I left my family and walked across the crowded restaurant. The soldiers didn't hear me as I approached; only when I nervously broached an "Excuse me," did they grant me their attention. I can't say they looked pleased to see me -- I was interrupting their ice cream consumption, after all. I nearly scampered off back to where Dominic was hollering for more ice cream. But then I looked into the eyes of one of the young men, and I wondered where those eyes would ultimately close -- if it would be while looking into the kind eyes of those who loved him, or on a field in some far-off country. And I wondered if anyone had ever thanked him for risking his life so that I could eat ice cream with my children and husband.

And then I realized I had never thanked my grandfather. He was, to me, Grandpa first, a soldier second. He was the man who gave me his bowl of popcorn, commanded me to obey my mother, walked me through snowy streets on winter nights.

I told those soldiers about Cod, about his battle. I asked for their prayers on his behalf. I said, "Thank you for what you do. For keeping us all safe." I was horribly inarticulate. Then I slunk away, and I gave the rest of my ice cream cone to Dominic and watched him smear it all over his face.


A month later, Dominic was with me in Iowa. By then the family knew what the outcome would be. We knew it wouldn't be long. Cod, the former soldier, was confined to a hospital bed that had replaced the couch in the living room. Its presence was a testament to how much he was loved -- there would be no putting him behind closed doors, no hospital stays. He would die at home, his wife of 65 years at his side.

He would accomplish what so many soldiers never did.

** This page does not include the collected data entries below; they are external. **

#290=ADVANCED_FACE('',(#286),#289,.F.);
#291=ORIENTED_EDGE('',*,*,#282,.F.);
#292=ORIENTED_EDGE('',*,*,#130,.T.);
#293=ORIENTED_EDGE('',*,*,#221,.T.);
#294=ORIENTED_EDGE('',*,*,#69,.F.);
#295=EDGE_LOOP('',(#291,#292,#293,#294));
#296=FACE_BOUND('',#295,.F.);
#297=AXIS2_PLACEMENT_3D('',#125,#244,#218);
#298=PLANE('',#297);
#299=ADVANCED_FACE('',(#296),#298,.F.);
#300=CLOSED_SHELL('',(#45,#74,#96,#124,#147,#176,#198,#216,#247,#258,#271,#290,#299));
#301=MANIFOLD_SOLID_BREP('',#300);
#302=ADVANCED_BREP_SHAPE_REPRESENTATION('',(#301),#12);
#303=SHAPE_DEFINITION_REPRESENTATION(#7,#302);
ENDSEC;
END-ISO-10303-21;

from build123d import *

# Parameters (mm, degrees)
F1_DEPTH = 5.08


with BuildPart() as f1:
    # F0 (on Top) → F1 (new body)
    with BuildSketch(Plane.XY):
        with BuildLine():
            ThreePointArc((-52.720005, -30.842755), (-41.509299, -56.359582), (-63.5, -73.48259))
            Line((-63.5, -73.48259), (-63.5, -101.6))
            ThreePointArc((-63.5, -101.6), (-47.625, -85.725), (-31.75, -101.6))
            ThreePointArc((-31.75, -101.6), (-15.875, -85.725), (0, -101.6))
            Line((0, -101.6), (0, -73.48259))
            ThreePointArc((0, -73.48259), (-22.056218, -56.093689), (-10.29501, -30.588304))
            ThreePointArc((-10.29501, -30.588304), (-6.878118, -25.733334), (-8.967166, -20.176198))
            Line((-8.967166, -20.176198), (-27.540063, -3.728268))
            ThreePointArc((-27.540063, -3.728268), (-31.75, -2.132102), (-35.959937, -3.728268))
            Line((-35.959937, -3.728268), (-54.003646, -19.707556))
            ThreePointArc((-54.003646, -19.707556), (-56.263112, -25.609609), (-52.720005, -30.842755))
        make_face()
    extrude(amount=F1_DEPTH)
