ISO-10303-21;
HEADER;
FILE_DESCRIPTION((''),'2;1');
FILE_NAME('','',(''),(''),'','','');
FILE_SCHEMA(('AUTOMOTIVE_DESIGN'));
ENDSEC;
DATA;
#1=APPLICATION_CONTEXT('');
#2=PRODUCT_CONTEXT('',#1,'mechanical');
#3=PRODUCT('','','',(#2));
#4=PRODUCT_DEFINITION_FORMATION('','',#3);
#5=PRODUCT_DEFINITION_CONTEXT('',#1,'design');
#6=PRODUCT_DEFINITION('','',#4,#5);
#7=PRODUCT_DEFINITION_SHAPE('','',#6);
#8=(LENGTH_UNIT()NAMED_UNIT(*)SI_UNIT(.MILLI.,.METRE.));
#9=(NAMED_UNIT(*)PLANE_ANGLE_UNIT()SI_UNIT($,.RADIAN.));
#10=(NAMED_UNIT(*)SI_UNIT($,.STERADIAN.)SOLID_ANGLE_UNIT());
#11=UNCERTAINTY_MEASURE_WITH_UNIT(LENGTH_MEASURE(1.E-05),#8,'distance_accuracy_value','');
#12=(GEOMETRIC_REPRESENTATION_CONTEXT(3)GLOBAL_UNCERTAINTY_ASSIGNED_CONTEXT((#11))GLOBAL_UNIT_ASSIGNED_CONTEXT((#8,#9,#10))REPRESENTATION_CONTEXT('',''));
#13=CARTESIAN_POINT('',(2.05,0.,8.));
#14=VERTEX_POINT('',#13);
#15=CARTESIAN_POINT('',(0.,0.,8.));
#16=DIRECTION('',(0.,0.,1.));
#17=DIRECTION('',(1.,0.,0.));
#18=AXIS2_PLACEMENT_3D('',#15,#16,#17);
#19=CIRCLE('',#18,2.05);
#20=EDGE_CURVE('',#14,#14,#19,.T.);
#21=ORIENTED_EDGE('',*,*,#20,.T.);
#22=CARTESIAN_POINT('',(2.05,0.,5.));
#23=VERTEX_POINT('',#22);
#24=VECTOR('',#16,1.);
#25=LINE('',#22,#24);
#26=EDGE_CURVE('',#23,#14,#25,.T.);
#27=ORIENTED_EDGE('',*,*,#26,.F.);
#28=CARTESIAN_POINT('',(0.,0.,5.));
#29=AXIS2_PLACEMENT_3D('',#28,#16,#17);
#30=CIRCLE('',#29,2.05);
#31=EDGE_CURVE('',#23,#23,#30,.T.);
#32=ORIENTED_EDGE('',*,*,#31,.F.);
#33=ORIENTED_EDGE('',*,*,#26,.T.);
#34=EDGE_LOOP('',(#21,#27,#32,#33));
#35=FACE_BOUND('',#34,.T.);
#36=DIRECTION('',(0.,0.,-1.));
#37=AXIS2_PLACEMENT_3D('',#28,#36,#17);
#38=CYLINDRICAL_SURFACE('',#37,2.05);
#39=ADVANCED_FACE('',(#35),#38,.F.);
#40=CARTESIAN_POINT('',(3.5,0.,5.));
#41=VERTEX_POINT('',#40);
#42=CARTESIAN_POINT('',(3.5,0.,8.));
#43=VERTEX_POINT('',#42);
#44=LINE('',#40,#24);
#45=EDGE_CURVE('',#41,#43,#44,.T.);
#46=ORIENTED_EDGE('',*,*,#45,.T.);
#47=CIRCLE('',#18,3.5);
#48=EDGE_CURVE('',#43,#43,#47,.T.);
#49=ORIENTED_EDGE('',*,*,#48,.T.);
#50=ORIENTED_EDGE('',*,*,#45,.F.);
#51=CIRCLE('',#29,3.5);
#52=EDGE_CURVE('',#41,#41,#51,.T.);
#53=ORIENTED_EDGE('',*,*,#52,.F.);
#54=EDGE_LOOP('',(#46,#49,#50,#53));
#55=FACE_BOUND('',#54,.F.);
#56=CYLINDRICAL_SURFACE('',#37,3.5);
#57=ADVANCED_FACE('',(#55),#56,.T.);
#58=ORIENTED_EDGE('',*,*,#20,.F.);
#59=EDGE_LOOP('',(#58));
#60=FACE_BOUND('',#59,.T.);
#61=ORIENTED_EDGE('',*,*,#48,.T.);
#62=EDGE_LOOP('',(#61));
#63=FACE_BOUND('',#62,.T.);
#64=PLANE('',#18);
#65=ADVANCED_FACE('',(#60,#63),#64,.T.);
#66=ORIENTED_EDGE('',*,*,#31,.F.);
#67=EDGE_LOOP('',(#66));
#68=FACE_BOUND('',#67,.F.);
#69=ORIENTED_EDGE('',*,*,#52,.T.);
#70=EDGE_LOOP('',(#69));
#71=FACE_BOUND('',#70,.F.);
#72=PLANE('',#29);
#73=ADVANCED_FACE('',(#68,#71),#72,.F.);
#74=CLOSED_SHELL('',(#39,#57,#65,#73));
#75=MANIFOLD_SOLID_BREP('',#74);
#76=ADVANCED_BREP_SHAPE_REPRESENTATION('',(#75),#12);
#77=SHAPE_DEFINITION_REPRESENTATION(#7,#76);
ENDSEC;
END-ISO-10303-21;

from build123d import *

# Parameters (mm, degrees)
SKETCH_R   = 3.5
SKETCH_R_2 = 2.05
PAD_DEPTH  = 3


with BuildPart() as part:
    # Sketch → Pad (new body)
    with BuildSketch(Plane.XY.offset(5)):
        Circle(SKETCH_R)
        Circle(SKETCH_R_2, mode=Mode.SUBTRACT)
    extrude(amount=PAD_DEPTH)


solid = part.part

It wasn't easy to watch. It wasn't easy for his children to rearrange their schedules for around-the-clock care of their father. Still, the house was filled with cheer as family danced in and out, a complicated but good-natured tag-teaming of coordinated care. It meant extended time off from work, late nights working on laptops, long drives after long days. It meant cutting short European vacations. It meant hours -- days -- without sleep.


I never heard a single complaint.

This is how death should happen. At home, with family. Knowing that you are loved. Not in a foreign field at the point of a stranger's gun. Not wondering whether the world will remember you. Not worrying whether your legacy will endure.

The soldier's legacies did, of course. We celebrate them today. Those brave soldiers exhaled freedom with their final breaths. Freedom for the world, for their families who would never get to say goodbye.
And as I prepared to say goodbye to my grandfather, I realized that he had left another legacy: one of love, of family unity. Just as he and others sacrificed on the battlefields of war, Cod's children sacrificed in the final days of his life. They would be there; their father would die at home, whatever the cost. They would honor a soldier's last wish.


I didn't stay until the end. I left four days too soon. But as I held my son, our bags packed and at the door, I kissed my grandfather's wizened forehead and I whispered my last words to a brave soldier. "Thank you."